▶ Brief: Where the records below reach the line containing "v -14 1.5 4.666", start transcribing, and end with the line containing "v 20.594 1.5 2.437", exactly and with nothing else added.

◇ ◇ ◇ ◇

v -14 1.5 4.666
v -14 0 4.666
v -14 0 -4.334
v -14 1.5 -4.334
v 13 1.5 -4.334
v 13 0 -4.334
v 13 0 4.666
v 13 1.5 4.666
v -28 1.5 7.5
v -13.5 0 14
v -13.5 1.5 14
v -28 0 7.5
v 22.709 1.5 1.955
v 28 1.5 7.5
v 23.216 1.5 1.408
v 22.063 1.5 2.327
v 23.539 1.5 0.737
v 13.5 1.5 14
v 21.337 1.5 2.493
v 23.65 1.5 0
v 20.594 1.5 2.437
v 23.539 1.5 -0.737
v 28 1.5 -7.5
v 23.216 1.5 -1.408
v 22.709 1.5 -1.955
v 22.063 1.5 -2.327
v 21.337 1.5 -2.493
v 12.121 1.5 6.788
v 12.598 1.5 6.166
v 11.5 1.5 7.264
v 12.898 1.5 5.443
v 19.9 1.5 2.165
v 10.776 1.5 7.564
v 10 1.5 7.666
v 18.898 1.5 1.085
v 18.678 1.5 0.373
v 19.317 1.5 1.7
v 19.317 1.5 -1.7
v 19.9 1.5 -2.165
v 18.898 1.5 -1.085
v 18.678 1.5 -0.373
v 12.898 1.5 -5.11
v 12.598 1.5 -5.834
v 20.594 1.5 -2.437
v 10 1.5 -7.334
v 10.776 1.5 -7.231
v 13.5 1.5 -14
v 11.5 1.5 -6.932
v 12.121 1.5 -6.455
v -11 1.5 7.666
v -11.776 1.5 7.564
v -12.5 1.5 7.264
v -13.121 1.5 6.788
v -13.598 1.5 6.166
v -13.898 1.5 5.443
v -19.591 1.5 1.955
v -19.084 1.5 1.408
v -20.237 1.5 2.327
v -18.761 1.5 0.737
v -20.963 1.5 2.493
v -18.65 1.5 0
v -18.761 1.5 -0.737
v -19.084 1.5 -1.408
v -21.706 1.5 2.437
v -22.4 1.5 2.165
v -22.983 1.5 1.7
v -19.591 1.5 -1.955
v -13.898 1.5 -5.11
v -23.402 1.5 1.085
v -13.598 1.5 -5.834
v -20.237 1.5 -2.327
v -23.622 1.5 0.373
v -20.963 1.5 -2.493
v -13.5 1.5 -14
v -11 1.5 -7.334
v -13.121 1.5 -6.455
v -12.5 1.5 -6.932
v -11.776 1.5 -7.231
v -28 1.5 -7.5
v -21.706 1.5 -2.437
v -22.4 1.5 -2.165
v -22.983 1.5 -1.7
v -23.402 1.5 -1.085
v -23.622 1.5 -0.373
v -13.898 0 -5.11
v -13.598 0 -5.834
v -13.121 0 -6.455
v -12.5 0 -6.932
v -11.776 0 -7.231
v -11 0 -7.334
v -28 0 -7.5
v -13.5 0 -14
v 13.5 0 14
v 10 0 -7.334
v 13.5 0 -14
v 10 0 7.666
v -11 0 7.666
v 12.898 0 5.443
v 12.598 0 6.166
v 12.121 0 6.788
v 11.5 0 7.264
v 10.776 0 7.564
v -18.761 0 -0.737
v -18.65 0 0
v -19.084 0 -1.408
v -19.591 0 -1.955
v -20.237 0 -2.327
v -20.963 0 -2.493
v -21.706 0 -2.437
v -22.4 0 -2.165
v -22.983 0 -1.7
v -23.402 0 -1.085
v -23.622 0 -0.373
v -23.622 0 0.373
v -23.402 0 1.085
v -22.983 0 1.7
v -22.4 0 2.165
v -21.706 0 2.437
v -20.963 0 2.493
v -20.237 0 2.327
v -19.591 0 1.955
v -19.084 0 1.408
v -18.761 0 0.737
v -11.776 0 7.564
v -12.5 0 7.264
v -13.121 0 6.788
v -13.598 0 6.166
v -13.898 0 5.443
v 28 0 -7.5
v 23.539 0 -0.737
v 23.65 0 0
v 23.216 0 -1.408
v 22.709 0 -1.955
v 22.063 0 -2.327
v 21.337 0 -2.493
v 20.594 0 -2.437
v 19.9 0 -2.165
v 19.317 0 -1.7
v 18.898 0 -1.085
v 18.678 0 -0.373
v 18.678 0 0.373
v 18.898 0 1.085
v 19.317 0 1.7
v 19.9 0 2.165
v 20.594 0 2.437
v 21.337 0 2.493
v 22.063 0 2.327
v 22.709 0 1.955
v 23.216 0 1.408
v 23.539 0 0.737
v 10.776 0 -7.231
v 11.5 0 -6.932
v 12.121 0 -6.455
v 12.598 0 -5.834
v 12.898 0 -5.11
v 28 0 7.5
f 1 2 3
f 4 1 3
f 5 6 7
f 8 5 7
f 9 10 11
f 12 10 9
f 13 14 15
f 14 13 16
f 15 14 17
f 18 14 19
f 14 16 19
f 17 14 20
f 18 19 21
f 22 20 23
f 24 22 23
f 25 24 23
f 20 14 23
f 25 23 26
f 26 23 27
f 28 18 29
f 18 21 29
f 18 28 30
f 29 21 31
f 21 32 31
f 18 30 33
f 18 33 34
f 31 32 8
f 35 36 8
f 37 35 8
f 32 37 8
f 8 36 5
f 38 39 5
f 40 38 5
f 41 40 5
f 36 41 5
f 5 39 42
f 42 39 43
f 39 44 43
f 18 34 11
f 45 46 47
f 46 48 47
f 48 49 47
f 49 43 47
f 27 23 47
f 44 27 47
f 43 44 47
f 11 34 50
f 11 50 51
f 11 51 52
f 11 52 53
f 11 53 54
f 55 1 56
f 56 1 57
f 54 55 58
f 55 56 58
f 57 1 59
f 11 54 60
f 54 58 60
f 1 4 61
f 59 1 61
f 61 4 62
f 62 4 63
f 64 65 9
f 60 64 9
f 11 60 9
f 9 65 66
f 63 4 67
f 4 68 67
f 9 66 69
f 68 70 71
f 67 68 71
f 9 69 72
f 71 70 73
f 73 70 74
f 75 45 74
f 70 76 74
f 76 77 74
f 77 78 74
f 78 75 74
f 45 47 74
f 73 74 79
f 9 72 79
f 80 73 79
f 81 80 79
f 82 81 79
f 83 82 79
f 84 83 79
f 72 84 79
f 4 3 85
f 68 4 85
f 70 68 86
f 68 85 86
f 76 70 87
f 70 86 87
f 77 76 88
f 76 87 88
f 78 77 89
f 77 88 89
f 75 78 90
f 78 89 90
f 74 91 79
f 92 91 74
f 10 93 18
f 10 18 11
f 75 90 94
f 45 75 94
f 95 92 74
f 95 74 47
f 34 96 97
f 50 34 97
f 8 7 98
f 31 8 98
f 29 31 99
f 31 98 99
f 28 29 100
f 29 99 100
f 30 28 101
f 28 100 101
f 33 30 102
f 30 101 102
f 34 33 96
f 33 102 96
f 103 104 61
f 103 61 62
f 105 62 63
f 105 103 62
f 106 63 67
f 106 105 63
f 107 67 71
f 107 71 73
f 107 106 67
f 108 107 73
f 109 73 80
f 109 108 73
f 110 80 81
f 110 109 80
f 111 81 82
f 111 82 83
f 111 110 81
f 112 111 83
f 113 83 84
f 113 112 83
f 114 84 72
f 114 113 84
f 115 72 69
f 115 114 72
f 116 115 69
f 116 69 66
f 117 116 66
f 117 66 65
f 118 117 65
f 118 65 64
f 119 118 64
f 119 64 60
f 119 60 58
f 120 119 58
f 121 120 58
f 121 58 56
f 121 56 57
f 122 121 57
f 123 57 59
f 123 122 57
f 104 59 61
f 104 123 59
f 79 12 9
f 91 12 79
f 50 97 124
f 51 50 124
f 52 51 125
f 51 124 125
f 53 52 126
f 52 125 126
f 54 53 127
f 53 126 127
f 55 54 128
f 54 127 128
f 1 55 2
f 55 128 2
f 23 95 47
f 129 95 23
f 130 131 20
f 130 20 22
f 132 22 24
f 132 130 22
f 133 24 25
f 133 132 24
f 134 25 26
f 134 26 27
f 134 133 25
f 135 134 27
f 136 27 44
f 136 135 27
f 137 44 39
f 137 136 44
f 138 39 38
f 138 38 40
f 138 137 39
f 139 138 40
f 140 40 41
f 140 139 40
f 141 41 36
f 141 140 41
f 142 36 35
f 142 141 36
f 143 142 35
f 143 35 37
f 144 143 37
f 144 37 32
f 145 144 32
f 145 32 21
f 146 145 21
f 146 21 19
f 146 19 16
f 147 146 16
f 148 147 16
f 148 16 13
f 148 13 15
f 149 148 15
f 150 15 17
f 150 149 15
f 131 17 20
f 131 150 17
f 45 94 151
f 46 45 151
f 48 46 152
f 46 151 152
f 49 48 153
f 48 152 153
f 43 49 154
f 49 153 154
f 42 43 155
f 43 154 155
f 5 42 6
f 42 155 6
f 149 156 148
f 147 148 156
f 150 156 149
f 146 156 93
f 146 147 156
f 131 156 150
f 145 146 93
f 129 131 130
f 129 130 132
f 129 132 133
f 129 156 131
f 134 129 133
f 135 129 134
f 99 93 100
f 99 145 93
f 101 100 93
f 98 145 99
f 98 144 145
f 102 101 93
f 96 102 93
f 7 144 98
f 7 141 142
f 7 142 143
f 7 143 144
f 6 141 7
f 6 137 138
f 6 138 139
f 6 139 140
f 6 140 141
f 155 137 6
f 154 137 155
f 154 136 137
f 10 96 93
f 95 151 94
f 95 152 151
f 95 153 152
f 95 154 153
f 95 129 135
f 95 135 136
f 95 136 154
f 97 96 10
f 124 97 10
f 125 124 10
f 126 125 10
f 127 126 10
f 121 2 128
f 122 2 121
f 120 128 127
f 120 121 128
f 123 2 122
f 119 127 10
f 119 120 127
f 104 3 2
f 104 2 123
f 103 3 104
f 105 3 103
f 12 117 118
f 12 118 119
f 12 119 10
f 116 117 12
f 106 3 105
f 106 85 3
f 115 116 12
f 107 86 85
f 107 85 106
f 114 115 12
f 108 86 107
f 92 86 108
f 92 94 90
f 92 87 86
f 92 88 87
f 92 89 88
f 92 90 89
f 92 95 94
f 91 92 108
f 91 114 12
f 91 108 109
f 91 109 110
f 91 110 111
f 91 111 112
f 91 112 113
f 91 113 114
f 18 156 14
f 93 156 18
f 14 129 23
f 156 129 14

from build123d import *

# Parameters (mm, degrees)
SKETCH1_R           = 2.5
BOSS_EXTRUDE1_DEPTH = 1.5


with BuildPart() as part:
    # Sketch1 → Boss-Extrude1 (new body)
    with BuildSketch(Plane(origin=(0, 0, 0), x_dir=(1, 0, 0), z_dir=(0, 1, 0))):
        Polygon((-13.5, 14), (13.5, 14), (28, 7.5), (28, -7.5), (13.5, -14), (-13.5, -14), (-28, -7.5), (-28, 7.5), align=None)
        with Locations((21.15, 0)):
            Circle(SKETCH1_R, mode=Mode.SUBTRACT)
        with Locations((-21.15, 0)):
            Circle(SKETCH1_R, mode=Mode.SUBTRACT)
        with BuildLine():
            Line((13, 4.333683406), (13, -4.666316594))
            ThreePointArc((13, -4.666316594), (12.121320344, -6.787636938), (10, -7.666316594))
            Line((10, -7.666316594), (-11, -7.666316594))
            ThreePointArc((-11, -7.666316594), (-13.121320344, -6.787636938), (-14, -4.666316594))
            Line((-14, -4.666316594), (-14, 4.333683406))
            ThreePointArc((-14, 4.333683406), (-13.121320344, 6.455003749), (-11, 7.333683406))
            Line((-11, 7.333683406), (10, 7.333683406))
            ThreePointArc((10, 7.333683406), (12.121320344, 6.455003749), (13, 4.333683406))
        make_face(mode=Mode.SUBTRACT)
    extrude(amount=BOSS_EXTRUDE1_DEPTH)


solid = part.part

◇ ◇ ◇ ◇

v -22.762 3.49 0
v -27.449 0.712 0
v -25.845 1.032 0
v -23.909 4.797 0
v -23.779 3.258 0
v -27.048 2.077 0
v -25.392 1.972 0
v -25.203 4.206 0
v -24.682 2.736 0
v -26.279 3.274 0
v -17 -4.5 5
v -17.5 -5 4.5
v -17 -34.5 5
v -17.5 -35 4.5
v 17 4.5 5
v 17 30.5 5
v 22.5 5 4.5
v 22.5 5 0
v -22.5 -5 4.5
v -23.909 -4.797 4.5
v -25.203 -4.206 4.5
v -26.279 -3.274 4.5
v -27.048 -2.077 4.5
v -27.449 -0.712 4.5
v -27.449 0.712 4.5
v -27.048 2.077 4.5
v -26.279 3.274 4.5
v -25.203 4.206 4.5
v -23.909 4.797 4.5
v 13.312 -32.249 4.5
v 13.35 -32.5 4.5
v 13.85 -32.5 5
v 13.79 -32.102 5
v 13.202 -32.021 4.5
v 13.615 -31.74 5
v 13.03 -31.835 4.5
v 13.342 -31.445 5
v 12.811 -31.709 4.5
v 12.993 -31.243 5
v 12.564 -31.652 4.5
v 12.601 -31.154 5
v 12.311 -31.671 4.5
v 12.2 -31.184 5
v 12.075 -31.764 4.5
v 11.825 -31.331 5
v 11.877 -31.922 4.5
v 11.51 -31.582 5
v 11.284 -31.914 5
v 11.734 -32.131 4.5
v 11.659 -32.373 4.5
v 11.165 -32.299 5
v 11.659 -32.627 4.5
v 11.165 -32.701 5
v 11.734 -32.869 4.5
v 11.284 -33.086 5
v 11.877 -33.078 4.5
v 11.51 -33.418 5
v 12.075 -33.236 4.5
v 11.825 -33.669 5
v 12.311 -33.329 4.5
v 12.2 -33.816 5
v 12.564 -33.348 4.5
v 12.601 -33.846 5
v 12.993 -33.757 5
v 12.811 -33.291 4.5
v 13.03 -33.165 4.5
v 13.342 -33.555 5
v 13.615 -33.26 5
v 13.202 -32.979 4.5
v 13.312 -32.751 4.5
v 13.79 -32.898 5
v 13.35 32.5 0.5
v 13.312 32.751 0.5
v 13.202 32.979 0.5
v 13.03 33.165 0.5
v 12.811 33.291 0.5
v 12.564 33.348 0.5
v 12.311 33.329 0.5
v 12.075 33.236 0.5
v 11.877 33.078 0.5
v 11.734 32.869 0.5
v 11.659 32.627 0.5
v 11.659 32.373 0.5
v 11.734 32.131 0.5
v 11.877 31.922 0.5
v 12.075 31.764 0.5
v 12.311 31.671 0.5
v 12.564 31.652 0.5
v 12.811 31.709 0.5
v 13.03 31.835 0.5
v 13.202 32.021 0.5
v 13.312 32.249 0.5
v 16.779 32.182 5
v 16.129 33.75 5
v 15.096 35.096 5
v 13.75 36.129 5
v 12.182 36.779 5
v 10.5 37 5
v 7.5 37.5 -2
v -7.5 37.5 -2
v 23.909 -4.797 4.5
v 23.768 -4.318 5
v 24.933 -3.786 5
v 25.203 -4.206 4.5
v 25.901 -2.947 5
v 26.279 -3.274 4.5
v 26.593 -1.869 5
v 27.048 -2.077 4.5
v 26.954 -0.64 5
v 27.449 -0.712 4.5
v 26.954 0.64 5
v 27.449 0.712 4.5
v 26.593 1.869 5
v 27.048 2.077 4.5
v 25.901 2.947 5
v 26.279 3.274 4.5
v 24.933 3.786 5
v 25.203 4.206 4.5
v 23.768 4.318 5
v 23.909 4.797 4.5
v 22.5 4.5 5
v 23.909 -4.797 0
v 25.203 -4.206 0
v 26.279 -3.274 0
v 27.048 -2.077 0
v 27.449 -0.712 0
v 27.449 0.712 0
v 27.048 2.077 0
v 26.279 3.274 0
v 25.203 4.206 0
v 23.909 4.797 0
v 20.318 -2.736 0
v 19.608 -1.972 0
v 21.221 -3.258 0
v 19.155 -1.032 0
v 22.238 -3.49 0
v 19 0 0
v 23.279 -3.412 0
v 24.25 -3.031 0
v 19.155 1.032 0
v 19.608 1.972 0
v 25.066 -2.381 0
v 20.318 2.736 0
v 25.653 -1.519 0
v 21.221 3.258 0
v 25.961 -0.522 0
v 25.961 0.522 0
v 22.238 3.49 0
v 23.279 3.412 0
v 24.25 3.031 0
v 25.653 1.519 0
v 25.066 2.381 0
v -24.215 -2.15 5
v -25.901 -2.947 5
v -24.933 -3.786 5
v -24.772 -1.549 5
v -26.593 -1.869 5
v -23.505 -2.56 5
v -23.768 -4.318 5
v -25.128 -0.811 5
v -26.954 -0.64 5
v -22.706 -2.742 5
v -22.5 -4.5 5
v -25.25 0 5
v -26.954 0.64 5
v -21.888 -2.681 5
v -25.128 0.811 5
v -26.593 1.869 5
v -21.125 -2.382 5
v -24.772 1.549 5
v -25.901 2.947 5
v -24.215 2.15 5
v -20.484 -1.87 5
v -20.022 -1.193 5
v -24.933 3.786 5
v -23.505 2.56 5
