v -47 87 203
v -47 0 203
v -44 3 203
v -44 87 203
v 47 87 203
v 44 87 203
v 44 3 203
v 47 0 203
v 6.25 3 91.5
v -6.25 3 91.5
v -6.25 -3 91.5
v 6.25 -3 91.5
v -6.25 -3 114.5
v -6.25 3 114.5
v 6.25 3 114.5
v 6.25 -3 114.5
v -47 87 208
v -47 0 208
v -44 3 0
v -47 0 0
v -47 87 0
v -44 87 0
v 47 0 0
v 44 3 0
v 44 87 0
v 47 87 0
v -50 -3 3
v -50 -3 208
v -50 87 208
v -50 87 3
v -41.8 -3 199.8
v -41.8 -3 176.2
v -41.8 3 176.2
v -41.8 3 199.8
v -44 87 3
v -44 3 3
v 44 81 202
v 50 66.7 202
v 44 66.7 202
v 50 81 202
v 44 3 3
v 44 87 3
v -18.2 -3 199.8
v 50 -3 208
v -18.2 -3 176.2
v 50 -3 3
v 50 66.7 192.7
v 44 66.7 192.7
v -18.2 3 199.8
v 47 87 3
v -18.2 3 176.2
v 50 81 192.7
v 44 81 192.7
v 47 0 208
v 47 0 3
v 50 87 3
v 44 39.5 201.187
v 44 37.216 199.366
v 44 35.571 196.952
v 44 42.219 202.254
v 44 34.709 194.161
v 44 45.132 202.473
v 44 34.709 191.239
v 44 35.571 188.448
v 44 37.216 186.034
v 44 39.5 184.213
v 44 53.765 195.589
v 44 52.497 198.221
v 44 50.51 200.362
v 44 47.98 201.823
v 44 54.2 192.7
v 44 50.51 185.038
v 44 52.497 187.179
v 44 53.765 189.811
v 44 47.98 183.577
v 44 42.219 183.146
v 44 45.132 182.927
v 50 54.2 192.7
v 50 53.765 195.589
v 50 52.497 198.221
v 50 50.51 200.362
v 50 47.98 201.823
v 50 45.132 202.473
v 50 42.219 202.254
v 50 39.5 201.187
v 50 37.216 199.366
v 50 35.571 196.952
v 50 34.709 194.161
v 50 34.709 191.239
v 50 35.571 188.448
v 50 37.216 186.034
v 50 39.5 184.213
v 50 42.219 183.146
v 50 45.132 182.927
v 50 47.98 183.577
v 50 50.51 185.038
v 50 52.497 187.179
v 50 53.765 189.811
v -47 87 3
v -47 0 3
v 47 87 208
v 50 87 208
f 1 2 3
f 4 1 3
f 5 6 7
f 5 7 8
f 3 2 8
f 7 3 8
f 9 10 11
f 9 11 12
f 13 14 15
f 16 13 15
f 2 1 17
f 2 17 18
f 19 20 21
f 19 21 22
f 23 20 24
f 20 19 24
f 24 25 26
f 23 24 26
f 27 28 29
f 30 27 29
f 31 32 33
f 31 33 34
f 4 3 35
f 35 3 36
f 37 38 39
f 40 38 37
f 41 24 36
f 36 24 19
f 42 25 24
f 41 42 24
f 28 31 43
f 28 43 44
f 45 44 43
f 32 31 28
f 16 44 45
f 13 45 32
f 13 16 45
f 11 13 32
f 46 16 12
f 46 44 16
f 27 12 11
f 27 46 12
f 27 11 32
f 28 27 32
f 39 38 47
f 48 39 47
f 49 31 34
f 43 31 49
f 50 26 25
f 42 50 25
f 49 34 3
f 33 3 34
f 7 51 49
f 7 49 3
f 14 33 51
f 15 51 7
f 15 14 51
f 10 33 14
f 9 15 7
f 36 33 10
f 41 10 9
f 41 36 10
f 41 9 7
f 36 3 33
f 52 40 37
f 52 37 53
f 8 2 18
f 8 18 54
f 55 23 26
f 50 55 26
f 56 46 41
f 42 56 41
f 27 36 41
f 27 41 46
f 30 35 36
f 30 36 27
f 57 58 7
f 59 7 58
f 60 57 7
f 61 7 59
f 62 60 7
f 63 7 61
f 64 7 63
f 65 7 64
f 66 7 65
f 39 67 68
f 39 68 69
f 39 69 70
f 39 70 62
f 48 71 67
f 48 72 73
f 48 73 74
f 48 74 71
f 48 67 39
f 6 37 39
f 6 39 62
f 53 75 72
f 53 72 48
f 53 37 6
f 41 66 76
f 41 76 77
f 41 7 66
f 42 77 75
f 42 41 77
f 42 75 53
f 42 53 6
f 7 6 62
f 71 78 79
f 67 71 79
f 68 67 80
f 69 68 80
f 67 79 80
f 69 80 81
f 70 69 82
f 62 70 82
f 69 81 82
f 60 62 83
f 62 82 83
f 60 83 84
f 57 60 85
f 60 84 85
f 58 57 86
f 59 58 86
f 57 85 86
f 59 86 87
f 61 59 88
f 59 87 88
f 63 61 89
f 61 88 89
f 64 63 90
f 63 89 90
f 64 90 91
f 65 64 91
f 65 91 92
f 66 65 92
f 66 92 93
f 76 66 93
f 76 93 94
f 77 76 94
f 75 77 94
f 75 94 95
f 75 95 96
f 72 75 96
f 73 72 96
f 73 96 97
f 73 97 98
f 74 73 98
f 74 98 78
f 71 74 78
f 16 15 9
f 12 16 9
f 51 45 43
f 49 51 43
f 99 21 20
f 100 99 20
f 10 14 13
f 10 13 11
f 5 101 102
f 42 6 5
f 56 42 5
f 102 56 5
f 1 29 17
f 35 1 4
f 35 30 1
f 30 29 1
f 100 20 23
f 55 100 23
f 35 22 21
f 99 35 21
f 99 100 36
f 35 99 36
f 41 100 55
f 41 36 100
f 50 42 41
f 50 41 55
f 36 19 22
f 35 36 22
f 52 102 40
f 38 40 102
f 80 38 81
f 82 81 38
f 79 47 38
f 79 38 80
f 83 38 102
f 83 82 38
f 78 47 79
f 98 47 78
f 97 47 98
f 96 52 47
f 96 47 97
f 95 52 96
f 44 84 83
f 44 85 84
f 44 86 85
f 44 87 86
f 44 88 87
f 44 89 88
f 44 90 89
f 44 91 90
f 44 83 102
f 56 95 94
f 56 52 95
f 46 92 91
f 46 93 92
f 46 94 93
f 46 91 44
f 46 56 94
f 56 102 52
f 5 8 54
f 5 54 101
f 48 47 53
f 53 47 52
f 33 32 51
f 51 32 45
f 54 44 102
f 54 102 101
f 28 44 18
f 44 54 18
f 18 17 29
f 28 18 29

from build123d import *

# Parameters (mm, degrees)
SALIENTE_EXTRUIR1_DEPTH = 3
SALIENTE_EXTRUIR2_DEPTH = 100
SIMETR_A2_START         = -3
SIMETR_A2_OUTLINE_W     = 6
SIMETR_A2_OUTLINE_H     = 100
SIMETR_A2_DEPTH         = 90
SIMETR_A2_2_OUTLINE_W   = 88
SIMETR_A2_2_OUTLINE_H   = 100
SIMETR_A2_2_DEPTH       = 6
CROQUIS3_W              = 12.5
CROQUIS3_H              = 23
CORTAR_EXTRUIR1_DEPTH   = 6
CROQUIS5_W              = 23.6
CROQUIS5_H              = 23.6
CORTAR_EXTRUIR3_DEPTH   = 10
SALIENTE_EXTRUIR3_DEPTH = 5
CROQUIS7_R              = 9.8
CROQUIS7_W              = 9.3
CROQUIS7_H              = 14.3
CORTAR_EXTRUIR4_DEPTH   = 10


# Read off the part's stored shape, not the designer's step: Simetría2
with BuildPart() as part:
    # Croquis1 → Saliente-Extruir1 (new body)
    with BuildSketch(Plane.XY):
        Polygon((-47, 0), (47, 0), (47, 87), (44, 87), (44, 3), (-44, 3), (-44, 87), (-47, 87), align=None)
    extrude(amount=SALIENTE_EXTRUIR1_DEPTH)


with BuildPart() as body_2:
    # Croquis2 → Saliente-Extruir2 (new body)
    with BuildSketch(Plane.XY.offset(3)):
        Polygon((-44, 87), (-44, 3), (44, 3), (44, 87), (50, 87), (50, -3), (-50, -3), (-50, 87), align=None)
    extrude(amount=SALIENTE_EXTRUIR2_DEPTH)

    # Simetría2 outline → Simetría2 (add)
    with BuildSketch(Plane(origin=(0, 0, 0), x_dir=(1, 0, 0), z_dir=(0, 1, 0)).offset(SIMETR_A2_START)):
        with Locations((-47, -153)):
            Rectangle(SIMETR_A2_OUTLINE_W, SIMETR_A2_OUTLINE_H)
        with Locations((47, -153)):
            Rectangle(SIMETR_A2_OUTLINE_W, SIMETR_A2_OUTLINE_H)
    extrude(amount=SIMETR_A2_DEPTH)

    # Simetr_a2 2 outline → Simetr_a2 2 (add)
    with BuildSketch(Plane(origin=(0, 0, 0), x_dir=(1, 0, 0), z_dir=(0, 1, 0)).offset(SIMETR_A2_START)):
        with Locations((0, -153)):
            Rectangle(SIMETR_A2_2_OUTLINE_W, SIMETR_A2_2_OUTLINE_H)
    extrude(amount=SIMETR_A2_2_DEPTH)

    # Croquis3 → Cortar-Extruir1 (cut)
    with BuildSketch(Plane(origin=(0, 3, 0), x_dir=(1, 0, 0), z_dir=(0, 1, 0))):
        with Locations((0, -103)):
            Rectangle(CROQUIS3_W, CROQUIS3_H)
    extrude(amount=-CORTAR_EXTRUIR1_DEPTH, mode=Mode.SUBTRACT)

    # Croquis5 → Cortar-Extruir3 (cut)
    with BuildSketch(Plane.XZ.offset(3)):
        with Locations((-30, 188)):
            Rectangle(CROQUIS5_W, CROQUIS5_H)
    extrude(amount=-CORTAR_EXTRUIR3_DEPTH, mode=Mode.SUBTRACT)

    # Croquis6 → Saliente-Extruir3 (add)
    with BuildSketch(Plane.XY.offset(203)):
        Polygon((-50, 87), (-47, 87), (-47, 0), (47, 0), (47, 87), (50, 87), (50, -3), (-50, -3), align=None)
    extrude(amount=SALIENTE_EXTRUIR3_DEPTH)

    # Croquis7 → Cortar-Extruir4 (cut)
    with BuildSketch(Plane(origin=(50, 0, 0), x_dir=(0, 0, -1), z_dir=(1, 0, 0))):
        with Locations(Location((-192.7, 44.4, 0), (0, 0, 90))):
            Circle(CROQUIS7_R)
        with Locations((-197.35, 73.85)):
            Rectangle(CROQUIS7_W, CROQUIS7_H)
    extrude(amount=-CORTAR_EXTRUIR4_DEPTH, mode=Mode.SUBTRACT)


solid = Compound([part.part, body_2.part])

◇ ◇ ◇ ◇

▶ Result of this task:
v -14 1.5 4.666
v -14 0 4.666
v -14 0 -4.334
v -14 1.5 -4.334
v 13 1.5 -4.334
v 13 0 -4.334
v 13 0 4.666
v 13 1.5 4.666
v -28 1.5 7.5
v -13.5 0 14
v -13.5 1.5 14
v -28 0 7.5
v 22.709 1.5 1.955
v 28 1.5 7.5
v 23.216 1.5 1.408
v 22.063 1.5 2.327
v 23.539 1.5 0.737
v 13.5 1.5 14
v 21.337 1.5 2.493
v 23.65 1.5 0
v 20.594 1.5 2.437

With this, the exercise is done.